Vaccination passes: Chariot to freedom or a Trojan horse?

An interdisciplinary collaboration to provide model-based evidence to inform policy decisions on vaccination passes and on how they shape pandemic dynamics. Do they allow us to safely navigate epidemic waves? Or can they prove treacherous, compromising all sacrifices and efforts previously made?
Published in Healthcare & Nursing
Vaccination passes: Chariot to freedom or a Trojan horse?
Like

Δύο γὰρ, ἐπιστήμη τε καὶ δόξα, ὧν τὸ μὲν ἐπίστασθαι ποιέει, τὸ δὲ ἀγνοεῖν.

There are in fact two things, science and opinion; the former begets knowledge, the latter ignorance.

Hippocrates of Cos, Law (Νόμος) 4.8.

This blog post is a group effort, same as our paper.

T. Krueger, K. Gogolewski, M. Bodych, A Gambin, G. Giordano, S Cuschieri, T. Czypionka, M. Perc, E. Petelos, M. Rosińska & E. Szczurek

We came together as an interdisciplinary group of passionate researchers across Europe to contribute to the fight against COVID-19 by providing model-based evidence to inform policy decisions. A few months into the pandemic, tools that operationalised status on the basis of vaccination and recovery emerged, namely, vaccination passes. Critical questions arose in terms of how they would shape pandemic dynamics. Could vaccination passes allow us to safely navigate epidemic waves whilst restoring our freedom? Or would they prove treacherous, compromising all the sacrifices and efforts made in the previous months? 

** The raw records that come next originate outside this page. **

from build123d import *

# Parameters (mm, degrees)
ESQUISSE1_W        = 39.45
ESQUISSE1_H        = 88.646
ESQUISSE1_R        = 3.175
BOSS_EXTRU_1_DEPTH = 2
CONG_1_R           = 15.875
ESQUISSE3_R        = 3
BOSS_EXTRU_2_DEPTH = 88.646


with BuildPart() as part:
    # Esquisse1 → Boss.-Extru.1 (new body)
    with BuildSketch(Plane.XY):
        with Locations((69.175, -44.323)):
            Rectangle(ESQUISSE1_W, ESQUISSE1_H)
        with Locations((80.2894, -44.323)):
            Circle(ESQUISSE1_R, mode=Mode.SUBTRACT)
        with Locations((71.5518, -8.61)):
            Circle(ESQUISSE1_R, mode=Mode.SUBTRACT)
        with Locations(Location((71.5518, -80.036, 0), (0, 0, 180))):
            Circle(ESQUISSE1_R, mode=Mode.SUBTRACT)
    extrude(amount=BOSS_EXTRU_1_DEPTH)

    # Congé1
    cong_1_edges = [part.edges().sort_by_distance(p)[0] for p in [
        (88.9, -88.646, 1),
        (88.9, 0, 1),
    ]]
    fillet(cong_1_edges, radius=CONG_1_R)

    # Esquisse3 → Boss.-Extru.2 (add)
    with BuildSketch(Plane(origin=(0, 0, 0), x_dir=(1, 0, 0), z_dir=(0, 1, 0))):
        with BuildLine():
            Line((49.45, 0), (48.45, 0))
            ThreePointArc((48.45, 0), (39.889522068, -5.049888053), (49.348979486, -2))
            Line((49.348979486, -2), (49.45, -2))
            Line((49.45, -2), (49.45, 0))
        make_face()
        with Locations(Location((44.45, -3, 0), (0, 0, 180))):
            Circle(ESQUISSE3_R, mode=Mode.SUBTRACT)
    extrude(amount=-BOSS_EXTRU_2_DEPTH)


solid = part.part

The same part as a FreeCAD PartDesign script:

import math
import FreeCAD as App
import Part
import Sketcher

V = App.Vector


def edges_at(feature, points):
    """Names of the edges that pass closest to the given points."""
    edges = feature.Shape.Edges
    near = lambda p: min(range(len(edges)), key=lambda i: edges[i].distToShape(Part.Vertex(*p))[0])
    return sorted({f"Edge{near(p) + 1}" for p in points})


def add_polygon(sketch, points):
    """Adds a closed chain of lines whose ends are joined by coincident constraints."""
    first, n = sketch.GeometryCount, len(points)
    for a, b in zip(points, points[1:] + points[:1]):
        sketch.addGeometry(Part.LineSegment(App.Vector(*a, 0), App.Vector(*b, 0)), False)
    for i in range(n):
        sketch.addConstraint(Sketcher.Constraint("Coincident", first + i, 2, first + (i + 1) % n, 1))

doc = App.newDocument("Part")
body = doc.addObject("PartDesign::Body", "Body")

sketch1 = body.newObject("Sketcher::SketchObject", "Sketch")
sketch1.AttachmentSupport = (doc.getObject("XY_Plane"), [""])
sketch1.MapMode = "FlatFace"
add_polygon(sketch1, [(49.5, 0), (49.5, -88.6), (88.9, -88.6), (88.9, 0)])
sketch1.addGeometry(Part.Circle(V(71.6, -80, 0), V(0, 0, 1), 3.2), False)
sketch1.addGeometry(Part.Circle(V(71.6, -8.6, 0), V(0, 0, 1), 3.2), False)
sketch1.addGeometry(Part.Circle(V(80.3, -44.3, 0), V(0, 0, 1), 3.2), False)
sketch1.addConstraint([
    Sketcher.Constraint("Vertical", 0),
    Sketcher.Constraint("Horizontal", 1),
    Sketcher.Constraint("Vertical", 2),
    Sketcher.Constraint("Horizontal", 3),
    Sketcher.Constraint("Equal", 4, 5),
    Sketcher.Constraint("Equal", 5, 6),
    Sketcher.Constraint("PointOnObject", 2, 2, -1),
    Sketcher.Constraint("Vertical", 4, 3, 5, 3),
    Sketcher.Constraint("Diameter", 4, 6.35),
    Sketcher.Constraint("DistanceX", 1, 1, 1, 2, 39.45),
    Sketcher.Constraint("DistanceX", -1, 1, 1, 2, 88.9),
    Sketcher.Constraint("DistanceY", 0, 2, 0, 1, 88.646),
    Sketcher.Constraint("DistanceY", 5, 3, -1, 1, 8.61),
    Sketcher.Constraint("DistanceY", 0, 2, 4, 3, 8.61),
    Sketcher.Constraint("DistanceY", 6, 3, -1, 1, 44.323),
    Sketcher.Constraint("DistanceX", -1, 1, 4, 3, 71.5518),
    Sketcher.Constraint("DistanceX", -1, 1, 6, 3, 80.2894),
])
pad1 = body.newObject("PartDesign::Pad", "Pad")
pad1.Profile = sketch1
pad1.Length = 2
doc.recompute()

fillet = body.newObject("PartDesign::Fillet", "Fillet")
fillet.Base = (pad1, edges_at(pad1, [(88.9, -88.646, 1), (88.9, 0, 1)]))
fillet.Radius = 15.875

sketch2 = body.newObject("Sketcher::SketchObject", "Sketch001")
sketch2.AttachmentSupport = (doc.getObject("XZ_Plane"), [""])
sketch2.MapMode = "FlatFace"
sketch2.addGeometry([
    Part.LineSegment(V(49.45, 0, 0), V(48.45, 0, 0)),
    Part.ArcOfCircle(Part.Circle(V(44.45, 3, 0), V(0, 0, 1), 5), math.radians(-12), math.radians(323)),
    Part.LineSegment(V(49.35, 2, 0), V(49.45, 2, 0)),
    Part.LineSegment(V(49.45, 2, 0), V(49.45, 0, 0)),
    Part.Circle(V(44.45, 3, 0), V(0, 0, 1), 3),
], False)
sketch2.addConstraint([
    Sketcher.Constraint("Coincident", 0, 2, 1, 2),
    Sketcher.Constraint("Coincident", 1, 1, 2, 1),
    Sketcher.Constraint("Coincident", 2, 2, 3, 1),
    Sketcher.Constraint("Coincident", 3, 2, 0, 1),
    Sketcher.Constraint("Horizontal", 0),
    Sketcher.Constraint("Horizontal", 2),
    Sketcher.Constraint("Vertical", 3),
    Sketcher.Constraint("Coincident", 4, 3, 1, 3),
    Sketcher.Constraint("PointOnObject", 0, 2, -1),
    Sketcher.Constraint("Diameter", 4, 6.0),
    Sketcher.Constraint("Radius", 1, 5.0),
    Sketcher.Constraint("DistanceX", 0, 2, 0, 1, 1.0),
    Sketcher.Constraint("DistanceY", 3, 2, 3, 1, 2.0),
    Sketcher.Constraint("DistanceY", -1, 1, 1, 3, 3.0),
    Sketcher.Constraint("DistanceX", -1, 1, 1, 3, 44.45),
])
pad2 = body.newObject("PartDesign::Pad", "Pad001")
pad2.Profile = sketch2
pad2.Length = 88.646

doc.recompute()
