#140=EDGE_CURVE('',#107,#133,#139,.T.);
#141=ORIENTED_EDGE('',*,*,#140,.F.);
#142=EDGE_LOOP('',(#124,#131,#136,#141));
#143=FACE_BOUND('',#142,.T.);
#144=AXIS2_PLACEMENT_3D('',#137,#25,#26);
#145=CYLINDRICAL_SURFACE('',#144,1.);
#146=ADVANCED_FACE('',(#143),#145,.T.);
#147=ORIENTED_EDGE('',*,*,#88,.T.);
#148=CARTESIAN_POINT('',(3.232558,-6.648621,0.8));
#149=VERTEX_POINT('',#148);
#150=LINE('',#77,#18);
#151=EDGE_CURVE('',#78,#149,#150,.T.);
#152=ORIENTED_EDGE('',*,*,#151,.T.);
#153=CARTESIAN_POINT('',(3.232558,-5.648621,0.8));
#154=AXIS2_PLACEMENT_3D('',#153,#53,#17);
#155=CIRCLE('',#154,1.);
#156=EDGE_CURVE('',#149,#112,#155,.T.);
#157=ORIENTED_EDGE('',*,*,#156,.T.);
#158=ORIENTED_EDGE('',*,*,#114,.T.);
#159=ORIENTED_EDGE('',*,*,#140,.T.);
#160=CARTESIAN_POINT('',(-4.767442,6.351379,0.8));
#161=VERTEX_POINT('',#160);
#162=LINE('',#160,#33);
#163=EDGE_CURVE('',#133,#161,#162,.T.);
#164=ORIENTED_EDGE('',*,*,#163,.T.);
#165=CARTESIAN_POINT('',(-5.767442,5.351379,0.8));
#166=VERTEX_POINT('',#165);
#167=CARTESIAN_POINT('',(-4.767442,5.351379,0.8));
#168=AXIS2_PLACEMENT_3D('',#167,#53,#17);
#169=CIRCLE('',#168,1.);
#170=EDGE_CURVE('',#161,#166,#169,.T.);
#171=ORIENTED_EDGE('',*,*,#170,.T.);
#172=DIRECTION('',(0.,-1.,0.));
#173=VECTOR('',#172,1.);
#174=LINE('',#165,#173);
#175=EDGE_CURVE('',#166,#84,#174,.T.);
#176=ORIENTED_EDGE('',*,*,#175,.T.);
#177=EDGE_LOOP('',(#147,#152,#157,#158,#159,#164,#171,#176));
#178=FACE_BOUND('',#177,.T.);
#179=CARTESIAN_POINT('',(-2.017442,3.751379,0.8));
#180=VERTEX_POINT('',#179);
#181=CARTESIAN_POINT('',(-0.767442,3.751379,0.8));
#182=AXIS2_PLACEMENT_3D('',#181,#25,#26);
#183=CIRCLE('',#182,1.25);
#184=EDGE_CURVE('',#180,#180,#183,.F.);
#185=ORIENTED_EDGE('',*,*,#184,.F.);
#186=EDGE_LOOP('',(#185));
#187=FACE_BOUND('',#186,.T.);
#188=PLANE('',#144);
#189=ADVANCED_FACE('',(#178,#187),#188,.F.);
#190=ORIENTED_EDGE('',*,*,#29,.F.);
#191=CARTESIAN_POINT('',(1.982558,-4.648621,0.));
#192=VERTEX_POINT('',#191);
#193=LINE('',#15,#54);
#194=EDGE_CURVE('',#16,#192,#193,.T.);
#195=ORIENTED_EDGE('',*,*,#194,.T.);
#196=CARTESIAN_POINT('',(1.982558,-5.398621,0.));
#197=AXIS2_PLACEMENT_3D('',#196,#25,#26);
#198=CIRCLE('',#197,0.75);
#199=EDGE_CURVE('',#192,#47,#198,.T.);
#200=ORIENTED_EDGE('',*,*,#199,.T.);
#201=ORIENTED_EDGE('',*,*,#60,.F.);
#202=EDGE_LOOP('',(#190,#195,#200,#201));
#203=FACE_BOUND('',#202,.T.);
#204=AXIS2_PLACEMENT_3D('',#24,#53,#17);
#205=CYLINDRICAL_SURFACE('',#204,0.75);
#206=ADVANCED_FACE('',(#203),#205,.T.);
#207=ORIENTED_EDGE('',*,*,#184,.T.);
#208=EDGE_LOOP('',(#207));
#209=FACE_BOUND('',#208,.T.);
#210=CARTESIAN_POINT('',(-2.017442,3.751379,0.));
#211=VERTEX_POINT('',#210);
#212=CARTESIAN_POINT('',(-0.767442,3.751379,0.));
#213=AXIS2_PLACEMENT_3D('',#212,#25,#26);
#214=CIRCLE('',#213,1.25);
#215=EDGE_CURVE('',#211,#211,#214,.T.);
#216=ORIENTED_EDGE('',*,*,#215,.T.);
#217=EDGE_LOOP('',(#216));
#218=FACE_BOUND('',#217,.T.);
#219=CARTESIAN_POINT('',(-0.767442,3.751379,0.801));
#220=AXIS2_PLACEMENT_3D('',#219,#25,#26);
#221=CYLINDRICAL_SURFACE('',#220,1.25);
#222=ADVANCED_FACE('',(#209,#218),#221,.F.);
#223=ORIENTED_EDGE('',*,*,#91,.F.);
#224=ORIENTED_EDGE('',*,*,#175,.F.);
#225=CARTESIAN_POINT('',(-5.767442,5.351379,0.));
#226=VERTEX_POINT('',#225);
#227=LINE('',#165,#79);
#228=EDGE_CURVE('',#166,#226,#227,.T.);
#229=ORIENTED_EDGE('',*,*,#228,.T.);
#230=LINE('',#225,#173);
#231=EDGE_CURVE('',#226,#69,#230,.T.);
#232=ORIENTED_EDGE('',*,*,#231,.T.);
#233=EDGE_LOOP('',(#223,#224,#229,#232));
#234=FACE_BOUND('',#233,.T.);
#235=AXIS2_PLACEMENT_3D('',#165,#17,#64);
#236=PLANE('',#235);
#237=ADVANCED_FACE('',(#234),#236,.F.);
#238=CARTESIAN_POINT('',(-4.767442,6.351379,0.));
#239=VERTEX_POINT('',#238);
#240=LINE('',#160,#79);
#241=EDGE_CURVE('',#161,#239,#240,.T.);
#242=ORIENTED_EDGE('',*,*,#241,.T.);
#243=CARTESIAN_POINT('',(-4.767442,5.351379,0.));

By November 2020, we had started to systematically discuss the need to examine how the implementation of this new technology and policy tool would unfold.  The vaccination programmes had by then a much clearer implementation horizon and we wanted to support the effort of informing the implementation and evidence-informed policymaking. We also hoped to be careful and diligent enough to develop a model that could withstand the emergence of new variants. Key ethical, legal, technical and scientific challenges had been identified early on,1,2 yet in the hope to regain freedom and move towards normalcy, the European Commission moved forward with the proposal for the Digital COVID Certificate to be implemented across the European Union (EU) to facilitate free movement.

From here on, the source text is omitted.